To upgrade a major version (e.g. Postgres 9.5.4 → Postgres 9.6.6) you must change the engineVersion in the template and also specify the fullUpdate flag. The upgrade will add an additional ~10 minutes to the deploy.
database:
engine: postgres
engineVersion: 9.6.6
dbInstancePort: 3306
fullUpdate: true
- **Do brokered RDS instances support encryption at rest? **
- Yes, all storage is encrypted at rest using KMS keys. This is one of the few settings that cannot be overridden in the template.yml database block.
- Where is the clear text password stored and who has access to
it?
- Nowhere and no one. The passwords are generated and encrypted on each deploy.
- Can I use brokered RDS for local development?
- No - we recommended that you don't use RDS for local development. Instead, you should install and run your database of choice on your local machine.
- Is there any downtime during deployment?

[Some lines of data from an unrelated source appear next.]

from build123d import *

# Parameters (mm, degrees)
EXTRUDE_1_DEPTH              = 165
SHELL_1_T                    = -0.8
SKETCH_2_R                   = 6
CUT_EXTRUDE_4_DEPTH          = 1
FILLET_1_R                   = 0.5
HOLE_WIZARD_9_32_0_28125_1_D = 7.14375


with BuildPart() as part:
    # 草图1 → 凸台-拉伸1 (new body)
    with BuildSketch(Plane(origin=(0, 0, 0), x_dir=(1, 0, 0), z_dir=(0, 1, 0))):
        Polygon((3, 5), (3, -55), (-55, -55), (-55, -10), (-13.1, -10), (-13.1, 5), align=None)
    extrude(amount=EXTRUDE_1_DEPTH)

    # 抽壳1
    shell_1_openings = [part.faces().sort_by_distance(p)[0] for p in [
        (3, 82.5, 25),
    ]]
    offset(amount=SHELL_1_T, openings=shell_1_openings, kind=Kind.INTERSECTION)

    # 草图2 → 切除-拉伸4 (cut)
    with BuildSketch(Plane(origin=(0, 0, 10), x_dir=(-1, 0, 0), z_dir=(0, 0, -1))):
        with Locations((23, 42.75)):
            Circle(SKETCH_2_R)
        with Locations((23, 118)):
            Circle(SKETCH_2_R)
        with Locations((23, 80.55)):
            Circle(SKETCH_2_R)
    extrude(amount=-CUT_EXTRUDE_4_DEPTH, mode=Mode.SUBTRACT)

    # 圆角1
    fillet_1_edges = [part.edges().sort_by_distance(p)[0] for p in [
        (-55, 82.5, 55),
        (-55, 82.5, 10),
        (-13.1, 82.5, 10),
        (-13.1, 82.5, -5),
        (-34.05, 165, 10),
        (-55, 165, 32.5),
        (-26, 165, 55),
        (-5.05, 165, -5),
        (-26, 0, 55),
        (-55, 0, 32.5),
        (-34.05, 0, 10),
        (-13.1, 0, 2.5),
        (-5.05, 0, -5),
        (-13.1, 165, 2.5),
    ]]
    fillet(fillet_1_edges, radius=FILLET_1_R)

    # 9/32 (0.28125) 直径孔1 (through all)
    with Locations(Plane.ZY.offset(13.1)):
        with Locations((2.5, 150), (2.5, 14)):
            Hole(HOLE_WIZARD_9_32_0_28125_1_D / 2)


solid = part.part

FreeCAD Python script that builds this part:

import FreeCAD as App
import Part
import Sketcher
Q = App.Units.Quantity


def edges_at(feature, points):
    """Names of the edges that pass closest to the given points."""
    edges = feature.Shape.Edges
    near = lambda p: min(range(len(edges)), key=lambda i: edges[i].distToShape(Part.Vertex(*p))[0])
    return sorted({f"Edge{near(p) + 1}" for p in points})


def faces_at(feature, points):
    """Names of the faces that lie closest to the given points."""
    faces = feature.Shape.Faces
    near = lambda p: min(range(len(faces)), key=lambda i: faces[i].distToShape(Part.Vertex(*p))[0])
    return sorted({f"Face{near(p) + 1}" for p in points})


def add_polygon(sketch, points):
    """Adds a closed chain of lines whose ends are joined by coincident constraints."""
    first, n = sketch.GeometryCount, len(points)
    for a, b in zip(points, points[1:] + points[:1]):
        sketch.addGeometry(Part.LineSegment(App.Vector(*a, 0), App.Vector(*b, 0)), False)
    for i in range(n):
        sketch.addConstraint(Sketcher.Constraint("Coincident", first + i, 2, first + (i + 1) % n, 1))

doc = App.newDocument("Part")
body = doc.addObject("PartDesign::Body", "Body")

# Sketch on XZ plane
sketch1 = doc.addObject("Sketcher::SketchObject", "Sketch")
body.addObject(sketch1)
sketch1.AttachmentSupport = (doc.XZ_Plane, [""])
sketch1.MapMode = "FlatFace"
add_polygon(sketch1, [(3, 55), (3, -5), (-13.1, -5), (-13.1, 10), (-55, 10), (-55, 55)])  # lines 0-5
sketch1.addConstraint([
    Sketcher.Constraint("Vertical", 0),
    Sketcher.Constraint("Horizontal", 1),
    Sketcher.Constraint("Vertical", 2),
    Sketcher.Constraint("Horizontal", 3),
    Sketcher.Constraint("Vertical", 4),
    Sketcher.Constraint("Horizontal", 5),
    Sketcher.Constraint("DistanceX", 5, 1, 5, 2, Q("58 mm")),
    Sketcher.Constraint("DistanceY", 0, 2, 0, 1, Q("60 mm")),
    Sketcher.Constraint("DistanceY", 2, 1, 2, 2, Q("15 mm")),
    Sketcher.Constraint("DistanceX", 1, 2, 1, 1, Q("16.1 mm")),
    Sketcher.Constraint("DistanceX", -1, 1, 0, 2, Q("3 mm")),
    Sketcher.Constraint("DistanceY", 0, 2, -1, 1, Q("5 mm")),
])
pad1 = doc.addObject("PartDesign::Pad", "Pad")
body.addObject(pad1)
pad1.Profile = sketch1
pad1.Length = 165
pad1.Reversed = True
doc.recompute()

thickness = doc.addObject("PartDesign::Thickness", "Thickness")
body.addObject(thickness)
thickness.Base = (pad1, faces_at(pad1, [(3, 82.5, 25)]))
thickness.Value = 0.8
thickness.Reversed = True
thickness.Join = "Intersection"

# Sketch on XY plane
sketch2 = doc.addObject("Sketcher::SketchObject", "Sketch001")
body.addObject(sketch2)
sketch2.AttachmentSupport = (doc.XY_Plane, [""])
sketch2.MapMode = "FlatFace"
sketch2.AttachmentOffset = App.Placement(App.Vector(0, 0, 10), App.Rotation())
sketch2.addGeometry([
    Part.Circle(App.Vector(-23, 42.75, 0), App.Vector(0, 0, 1), 6),
    Part.Circle(App.Vector(-23, 118, 0), App.Vector(0, 0, 1), 6),
    Part.Circle(App.Vector(-23, 80.55, 0), App.Vector(0, 0, 1), 6),
], False)
sketch2.addConstraint([
    Sketcher.Constraint("Equal", 0, 1),
    Sketcher.Constraint("Equal", 1, 2),
    Sketcher.Constraint("Vertical", 0, 3, 1, 3),
    Sketcher.Constraint("Vertical", 1, 3, 2, 3),
    Sketcher.Constraint("Diameter", 0, Q("12 mm")),
    Sketcher.Constraint("DistanceX", 0, 3, -1, 1, Q("23 mm")),
    Sketcher.Constraint("DistanceY", -1, 1, 1, 3, Q("118 mm")),
    Sketcher.Constraint("DistanceY", 0, 3, 2, 3, Q("37.8 mm")),
    Sketcher.Constraint("DistanceY", -1, 1, 0, 3, Q("42.75 mm")),
])
pocket1 = doc.addObject("PartDesign::Pocket", "Pocket")
body.addObject(pocket1)
pocket1.Profile = sketch2
pocket1.Length = 1
pocket1.Reversed = True
doc.recompute()

fillet = doc.addObject("PartDesign::Fillet", "Fillet")
body.addObject(fillet)
fillet.Base = (pocket1, edges_at(pocket1, [
    (-55, 82.5, 55),
    (-55, 82.5, 10),
    (-13.1, 82.5, 10),
    (-13.1, 82.5, -5),
    (-34.05, 165, 10),
    (-55, 165, 32.5),
    (-26, 165, 55),
    (-5.05, 165, -5),
    (-26, 0, 55),
    (-55, 0, 32.5),
    (-34.05, 0, 10),
    (-13.1, 0, 2.5),
    (-5.05, 0, -5),
    (-13.1, 165, 2.5),
]))
fillet.Radius = 0.5

# Sketch on YZ plane
sketch3 = doc.addObject("Sketcher::SketchObject", "Sketch002")
body.addObject(sketch3)
sketch3.AttachmentSupport = (doc.YZ_Plane, [""])
sketch3.MapMode = "FlatFace"
sketch3.AttachmentOffset = App.Placement(App.Vector(0, 0, -13.1), App.Rotation())
sketch3.addGeometry([
    Part.Circle(App.Vector(150, 2.5, 0), App.Vector(0, 0, 1), 3.571875),
    Part.Circle(App.Vector(14, 2.5, 0), App.Vector(0, 0, 1), 3.571875),
], False)
sketch3.addConstraint([
    Sketcher.Constraint("Equal", 0, 1),
    Sketcher.Constraint("Horizontal", 0, 3, 1, 3),
    Sketcher.Constraint("DistanceX", -1, 1, 0, 3, Q("150 mm")),
    Sketcher.Constraint("DistanceX", -1, 1, 1, 3, Q("14 mm")),
    Sketcher.Constraint("DistanceY", -1, 1, 0, 3, Q("2.5 mm")),
    Sketcher.Constraint("Diameter", 0, Q("7.14375 mm")),
])
doc.recompute()
hole = doc.addObject("PartDesign::Hole", "Hole")
body.addObject(hole)
hole.Profile = sketch3
hole.ThreadType = "None"
hole.Diameter = 7.14375
hole.DepthType = "ThroughAll"
hole.Reversed = True

doc.recompute()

- It depends. If you're "rolling" credentials on each deploy (default behavior), there will be zero downtime. You may see downtime if you choose to modify core properties of the RDS instance like instance type, allocated storage, and database engine. AWS has all of this documented.
- Can I connect to the brokered RDS instance from my local
machine?
- No. Database changes should be managed in code and run through tools like Liquibase or Flyway. If you need to run one-off queries or have other production support needs, you can create a separate app and pipeline for it.
- Can I bring in an existing RDS instance? Can I share a database
between apps?
- Yes, using the dbinstanceIdentifier property described above.